**Assignment**:
Print every line of the listing below, starting with the line that holds "f 125 51 49" and going on through the line that holds "f 167 166 76", both included, and print nothing else.

**Listed records**:
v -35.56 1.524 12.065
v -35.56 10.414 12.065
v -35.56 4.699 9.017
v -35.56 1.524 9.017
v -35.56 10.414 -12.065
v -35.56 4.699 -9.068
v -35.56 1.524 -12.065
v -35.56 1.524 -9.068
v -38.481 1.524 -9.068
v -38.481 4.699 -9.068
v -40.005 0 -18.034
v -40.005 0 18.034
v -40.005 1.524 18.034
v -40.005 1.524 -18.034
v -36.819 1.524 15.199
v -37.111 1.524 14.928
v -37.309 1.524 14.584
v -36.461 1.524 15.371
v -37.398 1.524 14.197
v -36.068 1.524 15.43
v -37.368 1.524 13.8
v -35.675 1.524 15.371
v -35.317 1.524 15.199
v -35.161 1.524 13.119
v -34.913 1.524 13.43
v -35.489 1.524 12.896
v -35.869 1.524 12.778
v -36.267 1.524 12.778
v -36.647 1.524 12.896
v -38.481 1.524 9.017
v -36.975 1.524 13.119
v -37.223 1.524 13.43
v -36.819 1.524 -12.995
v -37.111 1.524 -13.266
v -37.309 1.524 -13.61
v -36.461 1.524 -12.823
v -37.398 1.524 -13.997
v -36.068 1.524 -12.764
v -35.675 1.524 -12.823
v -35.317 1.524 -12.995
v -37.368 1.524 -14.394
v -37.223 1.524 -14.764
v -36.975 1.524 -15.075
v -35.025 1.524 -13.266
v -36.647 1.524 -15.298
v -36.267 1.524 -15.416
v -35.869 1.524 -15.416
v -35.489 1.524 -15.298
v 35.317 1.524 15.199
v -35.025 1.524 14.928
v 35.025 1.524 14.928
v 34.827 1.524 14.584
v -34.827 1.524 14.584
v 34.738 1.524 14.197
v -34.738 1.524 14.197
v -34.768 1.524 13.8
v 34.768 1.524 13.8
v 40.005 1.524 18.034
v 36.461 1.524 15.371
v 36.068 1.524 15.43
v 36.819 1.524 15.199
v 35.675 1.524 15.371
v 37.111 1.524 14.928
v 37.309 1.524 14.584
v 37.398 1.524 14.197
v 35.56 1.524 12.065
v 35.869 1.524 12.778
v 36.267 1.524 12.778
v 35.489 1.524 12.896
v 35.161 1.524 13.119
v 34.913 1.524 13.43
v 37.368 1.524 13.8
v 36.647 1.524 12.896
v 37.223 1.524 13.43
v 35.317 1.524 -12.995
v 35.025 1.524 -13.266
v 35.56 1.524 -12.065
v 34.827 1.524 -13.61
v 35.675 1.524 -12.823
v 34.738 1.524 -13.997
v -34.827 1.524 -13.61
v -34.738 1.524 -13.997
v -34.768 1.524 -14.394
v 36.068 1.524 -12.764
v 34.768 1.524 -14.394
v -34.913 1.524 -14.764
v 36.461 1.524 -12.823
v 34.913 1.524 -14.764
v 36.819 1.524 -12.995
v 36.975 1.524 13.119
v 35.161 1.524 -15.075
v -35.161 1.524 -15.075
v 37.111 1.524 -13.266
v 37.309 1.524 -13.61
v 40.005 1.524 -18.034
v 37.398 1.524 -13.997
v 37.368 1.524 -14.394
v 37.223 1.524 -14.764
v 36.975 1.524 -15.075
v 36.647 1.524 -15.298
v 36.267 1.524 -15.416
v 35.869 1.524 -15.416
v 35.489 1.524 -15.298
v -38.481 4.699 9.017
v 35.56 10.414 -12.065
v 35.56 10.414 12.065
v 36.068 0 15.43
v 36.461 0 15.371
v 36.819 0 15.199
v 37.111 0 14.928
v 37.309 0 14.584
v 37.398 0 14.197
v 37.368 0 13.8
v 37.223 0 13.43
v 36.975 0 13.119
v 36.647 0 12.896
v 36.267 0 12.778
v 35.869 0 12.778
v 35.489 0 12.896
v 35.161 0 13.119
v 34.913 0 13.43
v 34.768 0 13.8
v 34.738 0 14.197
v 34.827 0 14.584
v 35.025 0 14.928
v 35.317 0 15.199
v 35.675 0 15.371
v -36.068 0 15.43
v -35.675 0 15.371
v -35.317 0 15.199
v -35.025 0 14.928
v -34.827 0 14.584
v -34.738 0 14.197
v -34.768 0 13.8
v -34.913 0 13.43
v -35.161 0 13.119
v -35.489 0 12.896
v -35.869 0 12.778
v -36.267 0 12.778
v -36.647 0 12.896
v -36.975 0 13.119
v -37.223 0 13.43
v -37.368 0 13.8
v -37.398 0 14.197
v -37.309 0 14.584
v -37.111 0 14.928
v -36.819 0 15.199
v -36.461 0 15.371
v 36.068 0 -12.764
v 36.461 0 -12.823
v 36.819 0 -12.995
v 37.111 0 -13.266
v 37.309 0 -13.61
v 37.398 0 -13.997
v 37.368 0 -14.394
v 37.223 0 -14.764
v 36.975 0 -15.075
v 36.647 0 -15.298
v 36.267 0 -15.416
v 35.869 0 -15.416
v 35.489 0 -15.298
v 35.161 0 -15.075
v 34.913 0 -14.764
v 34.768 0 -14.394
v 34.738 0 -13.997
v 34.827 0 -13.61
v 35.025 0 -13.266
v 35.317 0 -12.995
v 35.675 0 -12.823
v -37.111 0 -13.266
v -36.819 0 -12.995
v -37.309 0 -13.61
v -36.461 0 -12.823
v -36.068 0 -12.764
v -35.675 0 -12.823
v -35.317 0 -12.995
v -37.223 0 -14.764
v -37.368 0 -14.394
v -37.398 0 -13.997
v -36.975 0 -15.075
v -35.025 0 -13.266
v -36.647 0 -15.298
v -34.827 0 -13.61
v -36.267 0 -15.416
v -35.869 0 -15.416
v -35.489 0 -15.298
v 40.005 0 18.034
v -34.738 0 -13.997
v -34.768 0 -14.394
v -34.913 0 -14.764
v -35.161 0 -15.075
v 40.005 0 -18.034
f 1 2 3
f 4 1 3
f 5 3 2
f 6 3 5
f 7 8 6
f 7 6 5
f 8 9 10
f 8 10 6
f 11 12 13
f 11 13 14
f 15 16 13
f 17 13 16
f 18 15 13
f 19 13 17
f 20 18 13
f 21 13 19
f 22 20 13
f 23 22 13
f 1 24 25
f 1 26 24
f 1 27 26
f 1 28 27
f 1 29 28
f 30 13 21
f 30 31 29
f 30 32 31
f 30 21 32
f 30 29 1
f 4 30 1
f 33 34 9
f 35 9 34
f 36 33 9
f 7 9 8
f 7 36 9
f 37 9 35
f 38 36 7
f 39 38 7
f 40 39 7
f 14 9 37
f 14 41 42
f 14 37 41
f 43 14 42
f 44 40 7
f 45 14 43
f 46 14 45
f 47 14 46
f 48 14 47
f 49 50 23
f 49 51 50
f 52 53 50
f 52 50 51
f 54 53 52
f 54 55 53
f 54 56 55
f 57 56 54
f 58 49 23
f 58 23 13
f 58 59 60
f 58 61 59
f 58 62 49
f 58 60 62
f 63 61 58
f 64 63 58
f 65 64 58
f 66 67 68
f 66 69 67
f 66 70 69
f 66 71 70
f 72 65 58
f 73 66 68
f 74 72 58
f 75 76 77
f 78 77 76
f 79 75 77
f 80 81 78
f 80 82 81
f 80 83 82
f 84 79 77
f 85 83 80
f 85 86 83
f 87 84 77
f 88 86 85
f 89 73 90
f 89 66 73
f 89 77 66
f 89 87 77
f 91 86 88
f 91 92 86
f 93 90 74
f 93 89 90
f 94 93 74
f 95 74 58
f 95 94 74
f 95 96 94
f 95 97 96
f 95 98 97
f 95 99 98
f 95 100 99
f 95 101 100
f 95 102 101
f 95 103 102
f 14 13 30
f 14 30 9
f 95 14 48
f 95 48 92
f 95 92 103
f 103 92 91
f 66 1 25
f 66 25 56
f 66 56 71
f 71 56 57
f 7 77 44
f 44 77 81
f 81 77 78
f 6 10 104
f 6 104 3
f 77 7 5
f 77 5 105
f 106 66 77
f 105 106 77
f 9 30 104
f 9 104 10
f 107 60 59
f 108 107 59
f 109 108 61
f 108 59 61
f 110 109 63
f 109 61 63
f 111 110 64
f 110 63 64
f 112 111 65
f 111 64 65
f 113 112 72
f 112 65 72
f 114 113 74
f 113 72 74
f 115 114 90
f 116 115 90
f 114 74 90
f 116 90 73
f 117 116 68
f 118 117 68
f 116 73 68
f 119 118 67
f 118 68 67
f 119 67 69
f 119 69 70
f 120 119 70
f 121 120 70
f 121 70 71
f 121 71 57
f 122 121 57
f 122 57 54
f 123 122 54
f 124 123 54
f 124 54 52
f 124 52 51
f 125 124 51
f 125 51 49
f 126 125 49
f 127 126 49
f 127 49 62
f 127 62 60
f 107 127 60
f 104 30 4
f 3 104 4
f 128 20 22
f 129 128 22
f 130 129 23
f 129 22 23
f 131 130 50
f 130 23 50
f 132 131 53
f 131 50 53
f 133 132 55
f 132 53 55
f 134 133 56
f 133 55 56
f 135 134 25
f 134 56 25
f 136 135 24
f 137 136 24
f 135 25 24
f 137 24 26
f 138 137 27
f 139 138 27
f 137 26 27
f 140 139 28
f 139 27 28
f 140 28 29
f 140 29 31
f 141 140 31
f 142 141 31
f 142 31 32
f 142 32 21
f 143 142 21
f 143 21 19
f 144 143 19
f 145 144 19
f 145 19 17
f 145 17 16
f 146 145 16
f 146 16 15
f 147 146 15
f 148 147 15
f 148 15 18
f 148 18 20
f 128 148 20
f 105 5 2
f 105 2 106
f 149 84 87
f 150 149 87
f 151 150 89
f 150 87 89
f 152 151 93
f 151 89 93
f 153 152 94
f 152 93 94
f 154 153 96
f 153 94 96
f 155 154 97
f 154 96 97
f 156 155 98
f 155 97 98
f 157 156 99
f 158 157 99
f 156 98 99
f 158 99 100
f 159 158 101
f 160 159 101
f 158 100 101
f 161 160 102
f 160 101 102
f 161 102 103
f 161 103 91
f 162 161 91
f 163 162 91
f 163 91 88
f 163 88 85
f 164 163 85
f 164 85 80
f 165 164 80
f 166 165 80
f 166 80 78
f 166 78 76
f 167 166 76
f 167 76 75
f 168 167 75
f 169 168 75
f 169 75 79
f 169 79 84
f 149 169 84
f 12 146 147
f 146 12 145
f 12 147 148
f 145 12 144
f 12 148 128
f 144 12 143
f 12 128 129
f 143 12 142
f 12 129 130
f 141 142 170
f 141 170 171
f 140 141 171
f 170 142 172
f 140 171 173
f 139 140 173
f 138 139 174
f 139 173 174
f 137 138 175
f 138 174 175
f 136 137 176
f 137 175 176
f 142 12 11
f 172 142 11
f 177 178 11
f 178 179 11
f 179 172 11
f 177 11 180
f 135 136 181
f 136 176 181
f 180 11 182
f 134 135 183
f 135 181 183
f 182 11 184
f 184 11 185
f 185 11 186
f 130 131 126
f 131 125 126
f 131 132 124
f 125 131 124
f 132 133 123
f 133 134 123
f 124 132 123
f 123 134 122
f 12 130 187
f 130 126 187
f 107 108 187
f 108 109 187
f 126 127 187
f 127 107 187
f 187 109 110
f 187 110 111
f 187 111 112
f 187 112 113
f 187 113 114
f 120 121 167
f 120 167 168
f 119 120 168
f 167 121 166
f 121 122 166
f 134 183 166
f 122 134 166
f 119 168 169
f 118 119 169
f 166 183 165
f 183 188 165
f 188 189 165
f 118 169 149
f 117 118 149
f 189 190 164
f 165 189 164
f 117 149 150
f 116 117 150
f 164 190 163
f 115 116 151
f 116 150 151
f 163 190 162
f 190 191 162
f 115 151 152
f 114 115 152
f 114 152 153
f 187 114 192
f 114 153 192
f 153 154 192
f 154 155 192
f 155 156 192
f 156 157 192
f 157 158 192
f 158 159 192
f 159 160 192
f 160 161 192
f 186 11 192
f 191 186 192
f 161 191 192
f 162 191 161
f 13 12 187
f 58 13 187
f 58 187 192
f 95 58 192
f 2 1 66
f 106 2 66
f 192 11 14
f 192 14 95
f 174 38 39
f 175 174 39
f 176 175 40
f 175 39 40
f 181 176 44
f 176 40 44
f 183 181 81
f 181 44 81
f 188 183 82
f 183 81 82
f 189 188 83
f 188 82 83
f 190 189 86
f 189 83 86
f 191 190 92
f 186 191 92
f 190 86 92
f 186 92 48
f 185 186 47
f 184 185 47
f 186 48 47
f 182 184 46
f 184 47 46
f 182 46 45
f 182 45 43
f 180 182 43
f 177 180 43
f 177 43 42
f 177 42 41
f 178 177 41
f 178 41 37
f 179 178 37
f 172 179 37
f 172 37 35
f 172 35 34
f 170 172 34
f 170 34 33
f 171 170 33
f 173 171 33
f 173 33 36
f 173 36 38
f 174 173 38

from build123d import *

# Parameters (mm, degrees)
SKETCH1_W           = 80.01
SKETCH1_H           = 36.068
BOSS_EXTRUDE1_DEPTH = 1.524
CUT_EXTRUDE1_REACH  = 45.908
SKETCH2_R           = 1.3335
SKETCH3_W           = 71.12
SKETCH3_H           = 24.13
BOSS_EXTRUDE2_DEPTH = 8.89
SKETCH4_W           = 2.921
SKETCH4_H           = 18.0848
BOSS_EXTRUDE3_DEPTH = 3.175


with BuildPart() as part:
    # Sketch1 → Boss-Extrude1 (new body)
    with BuildSketch(Plane(origin=(0, 0, 0), x_dir=(1, 0, 0), z_dir=(0, 1, 0))):
        Rectangle(SKETCH1_W, SKETCH1_H)
    extrude(amount=BOSS_EXTRUDE1_DEPTH)

    # Sketch2 → Cut-Extrude1 (cut, up to next)
    with BuildSketch(Plane(origin=(0, 1.524, 0), x_dir=(1, 0, 0), z_dir=(0, 1, 0)), mode=Mode.PRIVATE) as cut_extrude1_sk1:
        with Locations(Location((-36.068, 14.097, 0), (0, 0, 270))):
            Circle(SKETCH2_R)
    cut_extrude1_tool1 = extrude(cut_extrude1_sk1.sketch, amount=-CUT_EXTRUDE1_REACH, mode=Mode.PRIVATE) & part.part
    # Sketch2 → Cut-Extrude1 (cut, up to next)
    with BuildSketch(Plane(origin=(0, 1.524, 0), x_dir=(1, 0, 0), z_dir=(0, 1, 0)), mode=Mode.PRIVATE) as cut_extrude1_sk2:
        with Locations(Location((36.068, 14.097, 0), (0, 0, 270))):
            Circle(SKETCH2_R)
    cut_extrude1_tool2 = extrude(cut_extrude1_sk2.sketch, amount=-CUT_EXTRUDE1_REACH, mode=Mode.PRIVATE) & part.part
    # Sketch2 → Cut-Extrude1 (cut, up to next)
    with BuildSketch(Plane(origin=(0, 1.524, 0), x_dir=(1, 0, 0), z_dir=(0, 1, 0)), mode=Mode.PRIVATE) as cut_extrude1_sk3:
        with Locations(Location((36.068, -14.097, 0), (0, 0, 270))):
            Circle(SKETCH2_R)
    cut_extrude1_tool3 = extrude(cut_extrude1_sk3.sketch, amount=-CUT_EXTRUDE1_REACH, mode=Mode.PRIVATE) & part.part
    # Sketch2 → Cut-Extrude1 (cut, up to next)
    with BuildSketch(Plane(origin=(0, 1.524, 0), x_dir=(1, 0, 0), z_dir=(0, 1, 0)), mode=Mode.PRIVATE) as cut_extrude1_sk4:
        with Locations(Location((-36.068, -14.097, 0), (0, 0, 270))):
            Circle(SKETCH2_R)
    cut_extrude1_tool4 = extrude(cut_extrude1_sk4.sketch, amount=-CUT_EXTRUDE1_REACH, mode=Mode.PRIVATE) & part.part
    add(cut_extrude1_tool1.solids().sort_by_distance((-36.068, 1.524, -14.097))[0], mode=Mode.SUBTRACT)
    add(cut_extrude1_tool2.solids().sort_by_distance((36.068, 1.524, -14.097))[0], mode=Mode.SUBTRACT)
    add(cut_extrude1_tool3.solids().sort_by_distance((36.068, 1.524, 14.097))[0], mode=Mode.SUBTRACT)
    add(cut_extrude1_tool4.solids().sort_by_distance((-36.068, 1.524, 14.097))[0], mode=Mode.SUBTRACT)

    # Sketch3 → Boss-Extrude2 (add)
    with BuildSketch(Plane(origin=(0, 1.524, 0), x_dir=(1, 0, 0), z_dir=(0, 1, 0))):
        Rectangle(SKETCH3_W, SKETCH3_H)
    extrude(amount=BOSS_EXTRUDE2_DEPTH)

    # Sketch4 → Boss-Extrude3 (add)
    with BuildSketch(Plane(origin=(0, 1.524, 0), x_dir=(1, 0, 0), z_dir=(0, 1, 0))):
        with Locations((-37.0205, 0.0254)):
            Rectangle(SKETCH4_W, SKETCH4_H)
    extrude(amount=BOSS_EXTRUDE3_DEPTH)


solid = part.part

**Response for this exercise**:
f 125 51 49
f 126 125 49
f 127 126 49
f 127 49 62
f 127 62 60
f 107 127 60
f 104 30 4
f 3 104 4
f 128 20 22
f 129 128 22
f 130 129 23
f 129 22 23
f 131 130 50
f 130 23 50
f 132 131 53
f 131 50 53
f 133 132 55
f 132 53 55
f 134 133 56
f 133 55 56
f 135 134 25
f 134 56 25
f 136 135 24
f 137 136 24
f 135 25 24
f 137 24 26
f 138 137 27
f 139 138 27
f 137 26 27
f 140 139 28
f 139 27 28
f 140 28 29
f 140 29 31
f 141 140 31
f 142 141 31
f 142 31 32
f 142 32 21
f 143 142 21
f 143 21 19
f 144 143 19
f 145 144 19
f 145 19 17
f 145 17 16
f 146 145 16
f 146 16 15
f 147 146 15
f 148 147 15
f 148 15 18
f 148 18 20
f 128 148 20
f 105 5 2
f 105 2 106
f 149 84 87
f 150 149 87
f 151 150 89
f 150 87 89
f 152 151 93
f 151 89 93
f 153 152 94
f 152 93 94
f 154 153 96
f 153 94 96
f 155 154 97
f 154 96 97
f 156 155 98
f 155 97 98
f 157 156 99
f 158 157 99
f 156 98 99
f 158 99 100
f 159 158 101
f 160 159 101
f 158 100 101
f 161 160 102
f 160 101 102
f 161 102 103
f 161 103 91
f 162 161 91
f 163 162 91
f 163 91 88
f 163 88 85
f 164 163 85
f 164 85 80
f 165 164 80
f 166 165 80
f 166 80 78
f 166 78 76
f 167 166 76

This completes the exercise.